Indifferently directed by Morten Tyldum with a thin, clichéd, sentimental script by Graham Moore, The Imitation Game is nevertheless something of a pleasure, purely because the actors rise above the material, bringing to their characters their own knowledge of the complex actual persons they play on screen. The narrative is largely set at Bletchley during the war and is structured as a conventional heroic race against time, with our hero overcoming not only the formidable adversary of the Nazi’s “Enigma” machine but also all the disbelievers at Bletchley who think his “Bombe” decoding machine will never work.
There are occasional flashbacks to the barely adolescent Turing (Alex Lawther) at boarding school where he falls in love with the other math whizz in his class, Christopher Morcom (Jack Bannon). The young actors are wonderful (Tyldum has to be given credit for directing them) and there is no doubt that Turing was shaped by the loss of Morcom, who died suddenly of tuberculosis. His passion for cryptography and his understanding that all language is coded may well have been shaped by that early forbidden love even before his involvement with linguistic philosophy and logical positivism at Cambridge. The coded messages he exchanged with Christopher were written in the language of the closet. But there is no evidence that Turing named his intelligent machine “Christopher,” as he does in the film. That’s the scriptwriter’s fantasy and it well may bring tears to your eyes (it did mine) until you realize how it sentimentalizes Turing, who, more complicatedly, like Warhol sometimes wished he was a machine and probably preferred the company of his universal machine to any of his many lovers, whether casual or serious. That there is no sign of any of these lovers in the film is its gravest failing
Except, of course, for the absurd 1952 to 1954 framing story, in which Turing tells his life story to a deus-ex-machina, a completely fictional police detective (Rory Kinnear), whose unfounded suspicion that Turing is a Soviet spy leads to his arrest for having a piece of rough trade in his apartment. In actuality, Turing did not deny the charge, believing that homosexuality was about to be legalized. Even in this he was ahead of his time. The story that he tells the detective is the story that unfolds in the film; thus, in its entirety, The Imitation Game is a first-person narrative. What is preposterous about this ploy is that had Turing told the detective what he did at Bletchley, he would have been guilty of a crime more serious than homosexuality. He would have committed high treason for violating the Official Secrets Act.
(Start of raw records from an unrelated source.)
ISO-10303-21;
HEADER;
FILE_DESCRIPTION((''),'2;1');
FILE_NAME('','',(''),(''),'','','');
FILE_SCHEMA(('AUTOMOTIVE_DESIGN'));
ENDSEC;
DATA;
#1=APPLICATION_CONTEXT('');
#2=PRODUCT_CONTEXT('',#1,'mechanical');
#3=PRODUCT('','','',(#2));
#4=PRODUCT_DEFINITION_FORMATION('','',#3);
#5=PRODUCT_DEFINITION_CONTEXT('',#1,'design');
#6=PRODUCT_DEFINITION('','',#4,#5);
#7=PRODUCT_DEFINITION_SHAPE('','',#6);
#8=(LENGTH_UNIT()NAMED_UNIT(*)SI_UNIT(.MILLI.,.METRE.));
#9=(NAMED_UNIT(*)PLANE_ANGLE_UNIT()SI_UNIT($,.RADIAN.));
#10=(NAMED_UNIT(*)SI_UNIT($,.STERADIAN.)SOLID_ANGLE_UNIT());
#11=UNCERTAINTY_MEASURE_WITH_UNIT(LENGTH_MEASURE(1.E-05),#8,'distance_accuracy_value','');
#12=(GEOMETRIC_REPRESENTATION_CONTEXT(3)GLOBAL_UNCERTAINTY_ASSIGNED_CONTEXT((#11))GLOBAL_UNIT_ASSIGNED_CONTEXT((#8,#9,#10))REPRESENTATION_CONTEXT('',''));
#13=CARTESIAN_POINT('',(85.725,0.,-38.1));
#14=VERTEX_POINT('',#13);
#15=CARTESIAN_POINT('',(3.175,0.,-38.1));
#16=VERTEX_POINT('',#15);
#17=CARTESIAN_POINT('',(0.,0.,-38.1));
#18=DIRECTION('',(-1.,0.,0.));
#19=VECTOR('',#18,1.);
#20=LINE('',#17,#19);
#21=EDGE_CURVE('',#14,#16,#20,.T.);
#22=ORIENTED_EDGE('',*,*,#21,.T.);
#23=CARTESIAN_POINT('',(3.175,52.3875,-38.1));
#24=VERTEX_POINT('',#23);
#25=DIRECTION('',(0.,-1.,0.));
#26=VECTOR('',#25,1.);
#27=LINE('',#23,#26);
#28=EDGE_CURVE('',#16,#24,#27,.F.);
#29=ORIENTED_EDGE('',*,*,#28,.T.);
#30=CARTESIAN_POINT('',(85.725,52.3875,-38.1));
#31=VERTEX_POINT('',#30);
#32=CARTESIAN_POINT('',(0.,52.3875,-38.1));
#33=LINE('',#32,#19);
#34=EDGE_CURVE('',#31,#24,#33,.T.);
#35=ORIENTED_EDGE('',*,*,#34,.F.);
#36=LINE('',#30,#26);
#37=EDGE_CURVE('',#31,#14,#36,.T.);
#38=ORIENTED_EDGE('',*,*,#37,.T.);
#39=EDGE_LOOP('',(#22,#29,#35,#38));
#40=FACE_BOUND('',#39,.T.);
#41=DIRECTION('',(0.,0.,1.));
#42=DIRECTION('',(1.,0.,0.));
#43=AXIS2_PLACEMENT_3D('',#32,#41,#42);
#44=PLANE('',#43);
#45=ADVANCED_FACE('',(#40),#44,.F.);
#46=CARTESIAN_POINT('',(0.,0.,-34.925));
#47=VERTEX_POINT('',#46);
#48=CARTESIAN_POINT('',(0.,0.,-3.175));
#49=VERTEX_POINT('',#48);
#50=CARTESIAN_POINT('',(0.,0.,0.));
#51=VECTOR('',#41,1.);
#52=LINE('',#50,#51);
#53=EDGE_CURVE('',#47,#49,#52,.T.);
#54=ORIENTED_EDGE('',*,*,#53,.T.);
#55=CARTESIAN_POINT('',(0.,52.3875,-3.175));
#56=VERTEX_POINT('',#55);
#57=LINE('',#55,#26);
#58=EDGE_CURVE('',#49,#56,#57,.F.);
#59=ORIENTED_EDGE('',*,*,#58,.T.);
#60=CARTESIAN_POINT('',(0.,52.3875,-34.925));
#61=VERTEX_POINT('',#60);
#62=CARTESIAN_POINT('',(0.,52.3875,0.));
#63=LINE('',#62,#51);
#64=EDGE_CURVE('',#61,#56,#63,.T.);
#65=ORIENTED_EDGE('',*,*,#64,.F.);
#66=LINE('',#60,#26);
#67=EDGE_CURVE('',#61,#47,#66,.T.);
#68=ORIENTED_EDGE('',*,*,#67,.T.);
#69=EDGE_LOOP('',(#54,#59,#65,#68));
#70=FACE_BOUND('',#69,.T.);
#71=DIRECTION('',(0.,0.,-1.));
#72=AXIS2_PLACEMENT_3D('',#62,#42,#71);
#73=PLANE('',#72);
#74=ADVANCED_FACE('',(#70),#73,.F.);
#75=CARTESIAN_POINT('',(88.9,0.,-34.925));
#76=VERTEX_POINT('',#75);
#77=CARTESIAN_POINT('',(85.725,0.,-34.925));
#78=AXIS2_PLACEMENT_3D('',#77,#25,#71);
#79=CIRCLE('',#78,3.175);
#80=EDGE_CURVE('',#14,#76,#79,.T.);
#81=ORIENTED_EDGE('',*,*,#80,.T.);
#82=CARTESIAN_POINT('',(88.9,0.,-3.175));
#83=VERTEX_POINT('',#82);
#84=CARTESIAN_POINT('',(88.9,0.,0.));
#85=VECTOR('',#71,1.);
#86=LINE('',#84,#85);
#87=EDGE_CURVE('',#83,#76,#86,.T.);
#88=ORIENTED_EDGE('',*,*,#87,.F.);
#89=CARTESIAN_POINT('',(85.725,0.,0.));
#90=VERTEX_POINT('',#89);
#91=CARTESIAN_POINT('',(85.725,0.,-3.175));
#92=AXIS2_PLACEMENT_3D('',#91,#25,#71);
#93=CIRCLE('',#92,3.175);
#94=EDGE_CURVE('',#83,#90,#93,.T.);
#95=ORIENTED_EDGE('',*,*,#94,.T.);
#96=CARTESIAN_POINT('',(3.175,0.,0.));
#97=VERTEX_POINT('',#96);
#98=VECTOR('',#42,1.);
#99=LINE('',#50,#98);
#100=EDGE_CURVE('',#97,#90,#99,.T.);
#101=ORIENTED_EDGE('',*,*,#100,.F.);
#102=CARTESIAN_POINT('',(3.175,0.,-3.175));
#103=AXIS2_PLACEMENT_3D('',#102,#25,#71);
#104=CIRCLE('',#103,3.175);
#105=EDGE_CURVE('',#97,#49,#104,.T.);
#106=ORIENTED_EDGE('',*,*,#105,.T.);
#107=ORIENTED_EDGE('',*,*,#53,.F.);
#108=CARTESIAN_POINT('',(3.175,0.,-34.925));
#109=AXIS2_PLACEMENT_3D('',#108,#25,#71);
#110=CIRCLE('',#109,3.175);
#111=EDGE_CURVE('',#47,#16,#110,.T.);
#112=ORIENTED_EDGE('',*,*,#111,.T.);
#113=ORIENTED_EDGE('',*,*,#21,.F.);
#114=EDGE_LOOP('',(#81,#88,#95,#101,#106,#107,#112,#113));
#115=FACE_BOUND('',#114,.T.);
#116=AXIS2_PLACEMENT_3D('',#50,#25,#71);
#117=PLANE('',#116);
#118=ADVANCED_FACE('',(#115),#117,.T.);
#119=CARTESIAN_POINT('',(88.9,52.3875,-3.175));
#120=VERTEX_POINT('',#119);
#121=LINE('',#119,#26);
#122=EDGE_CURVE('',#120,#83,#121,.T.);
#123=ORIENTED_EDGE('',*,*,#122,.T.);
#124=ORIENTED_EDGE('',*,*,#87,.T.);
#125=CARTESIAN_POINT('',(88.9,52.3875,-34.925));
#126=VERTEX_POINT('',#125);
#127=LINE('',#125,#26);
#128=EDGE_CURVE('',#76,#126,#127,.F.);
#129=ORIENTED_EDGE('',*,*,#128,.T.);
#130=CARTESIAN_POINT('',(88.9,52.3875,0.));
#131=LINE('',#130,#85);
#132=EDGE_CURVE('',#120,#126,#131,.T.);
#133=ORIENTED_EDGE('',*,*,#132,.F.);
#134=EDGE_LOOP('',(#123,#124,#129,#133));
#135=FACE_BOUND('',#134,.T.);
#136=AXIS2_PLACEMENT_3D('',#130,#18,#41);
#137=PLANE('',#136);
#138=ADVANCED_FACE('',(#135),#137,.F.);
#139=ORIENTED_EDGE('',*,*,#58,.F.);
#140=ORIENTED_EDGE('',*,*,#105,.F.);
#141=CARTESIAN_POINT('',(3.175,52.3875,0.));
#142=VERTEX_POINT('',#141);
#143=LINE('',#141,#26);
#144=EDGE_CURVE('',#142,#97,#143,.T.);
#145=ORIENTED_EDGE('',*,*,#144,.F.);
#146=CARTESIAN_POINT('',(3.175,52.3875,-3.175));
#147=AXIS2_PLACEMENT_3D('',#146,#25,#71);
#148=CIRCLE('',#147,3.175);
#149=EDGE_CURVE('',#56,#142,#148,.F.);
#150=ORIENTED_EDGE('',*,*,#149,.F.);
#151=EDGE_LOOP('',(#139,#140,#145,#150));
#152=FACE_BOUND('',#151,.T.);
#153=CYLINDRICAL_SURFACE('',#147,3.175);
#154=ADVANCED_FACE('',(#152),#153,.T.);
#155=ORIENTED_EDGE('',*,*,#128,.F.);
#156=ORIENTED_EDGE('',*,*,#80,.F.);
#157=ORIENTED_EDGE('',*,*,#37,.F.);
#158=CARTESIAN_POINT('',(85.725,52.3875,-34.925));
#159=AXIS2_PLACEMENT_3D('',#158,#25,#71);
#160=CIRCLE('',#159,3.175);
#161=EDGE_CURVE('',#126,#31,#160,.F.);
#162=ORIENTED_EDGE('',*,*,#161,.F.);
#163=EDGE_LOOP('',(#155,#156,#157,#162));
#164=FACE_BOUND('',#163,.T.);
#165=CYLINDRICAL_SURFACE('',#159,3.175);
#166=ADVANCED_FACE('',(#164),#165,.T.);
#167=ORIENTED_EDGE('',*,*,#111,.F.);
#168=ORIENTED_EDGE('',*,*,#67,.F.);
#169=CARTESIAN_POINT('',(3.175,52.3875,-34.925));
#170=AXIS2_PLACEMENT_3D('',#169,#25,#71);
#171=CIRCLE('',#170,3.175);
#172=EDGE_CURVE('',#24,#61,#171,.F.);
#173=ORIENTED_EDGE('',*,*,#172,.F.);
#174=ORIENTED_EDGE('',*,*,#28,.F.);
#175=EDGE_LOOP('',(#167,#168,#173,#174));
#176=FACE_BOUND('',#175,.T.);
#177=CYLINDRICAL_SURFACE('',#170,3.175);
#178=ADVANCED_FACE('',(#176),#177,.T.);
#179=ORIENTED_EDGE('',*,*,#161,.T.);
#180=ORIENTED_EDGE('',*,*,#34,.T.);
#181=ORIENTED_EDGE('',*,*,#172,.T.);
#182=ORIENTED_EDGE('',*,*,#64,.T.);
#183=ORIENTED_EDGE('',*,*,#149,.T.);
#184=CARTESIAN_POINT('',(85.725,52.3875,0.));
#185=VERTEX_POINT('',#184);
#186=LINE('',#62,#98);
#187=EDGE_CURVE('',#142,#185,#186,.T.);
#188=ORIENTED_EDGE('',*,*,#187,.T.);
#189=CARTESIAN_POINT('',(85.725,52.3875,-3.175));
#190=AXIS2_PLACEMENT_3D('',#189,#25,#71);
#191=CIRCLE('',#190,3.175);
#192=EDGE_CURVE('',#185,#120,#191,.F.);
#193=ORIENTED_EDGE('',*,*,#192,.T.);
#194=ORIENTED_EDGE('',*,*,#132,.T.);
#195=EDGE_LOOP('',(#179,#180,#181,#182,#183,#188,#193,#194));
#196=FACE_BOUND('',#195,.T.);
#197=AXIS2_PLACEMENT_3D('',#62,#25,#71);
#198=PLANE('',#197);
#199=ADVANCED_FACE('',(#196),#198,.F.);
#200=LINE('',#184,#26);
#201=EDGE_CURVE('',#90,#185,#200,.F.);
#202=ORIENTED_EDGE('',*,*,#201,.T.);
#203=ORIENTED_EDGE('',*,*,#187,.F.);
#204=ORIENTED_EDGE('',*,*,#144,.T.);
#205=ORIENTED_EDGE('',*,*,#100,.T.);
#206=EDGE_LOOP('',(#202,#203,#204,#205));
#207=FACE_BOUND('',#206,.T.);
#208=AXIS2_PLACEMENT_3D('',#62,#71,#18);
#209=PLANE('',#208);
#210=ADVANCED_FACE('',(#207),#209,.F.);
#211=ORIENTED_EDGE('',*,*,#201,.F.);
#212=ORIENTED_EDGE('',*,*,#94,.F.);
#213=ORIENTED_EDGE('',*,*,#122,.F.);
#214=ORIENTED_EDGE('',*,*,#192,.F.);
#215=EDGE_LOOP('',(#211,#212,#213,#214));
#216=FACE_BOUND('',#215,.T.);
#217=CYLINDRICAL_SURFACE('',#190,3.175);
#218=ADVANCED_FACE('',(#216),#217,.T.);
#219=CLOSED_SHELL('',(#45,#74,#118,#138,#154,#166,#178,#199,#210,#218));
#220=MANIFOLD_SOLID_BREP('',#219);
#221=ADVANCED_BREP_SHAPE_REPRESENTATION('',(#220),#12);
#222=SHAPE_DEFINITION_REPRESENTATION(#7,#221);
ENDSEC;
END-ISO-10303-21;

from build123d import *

# Parameters (mm, degrees)
SKETCH2_W           = 88.9
SKETCH2_H           = 38.1
BOSS_EXTRUDE1_DEPTH = 52.3875
FILLET1_R           = 3.175


with BuildPart() as part:
    # Sketch2 → Boss-Extrude1 (new body)
    with BuildSketch(Plane(origin=(0, 0, 0), x_dir=(1, 0, 0), z_dir=(0, 1, 0))):
        with Locations((44.45, 19.05)):
            Rectangle(SKETCH2_W, SKETCH2_H)
    extrude(amount=BOSS_EXTRUDE1_DEPTH)

    # Fillet1
    fillet1_edges = [part.edges().sort_by_distance(p)[0] for p in [
        (0, 26.19375, -38.1),
        (88.9, 26.19375, -38.1),
        (88.9, 26.19375, 0),
        (0, 26.19375, 0),
    ]]
    fillet(fillet1_edges, radius=FILLET1_R)


solid = part.part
As much as I wanted to suspend my disbelief and take pleasure in the actors’ brilliance, The Imitation Game lacks credibility on every level. Still, Cumberbatch, Keira Knightley as Joan Clarke (the woman whose mathematical genius made her part of Turing’s inner circle and, for a moment, his fiancée), and, as a composite character representing the all-powerful MI6, Mark Strong (no one leans against door frames as compellingly as he does) are terrific. It’s Cumberbatch, however, who has the burden of making us care about Turing, thus keeping us riveted on this perfectly silly film to the end. He succeeds because he is a great actor and, at the moment, a star. I can only wish him better scripts in the future. Such as Hamlet, in which he opens at London’s Barbican in August. Don’t try to buy tickets. The ten-week run sold out online in an hour.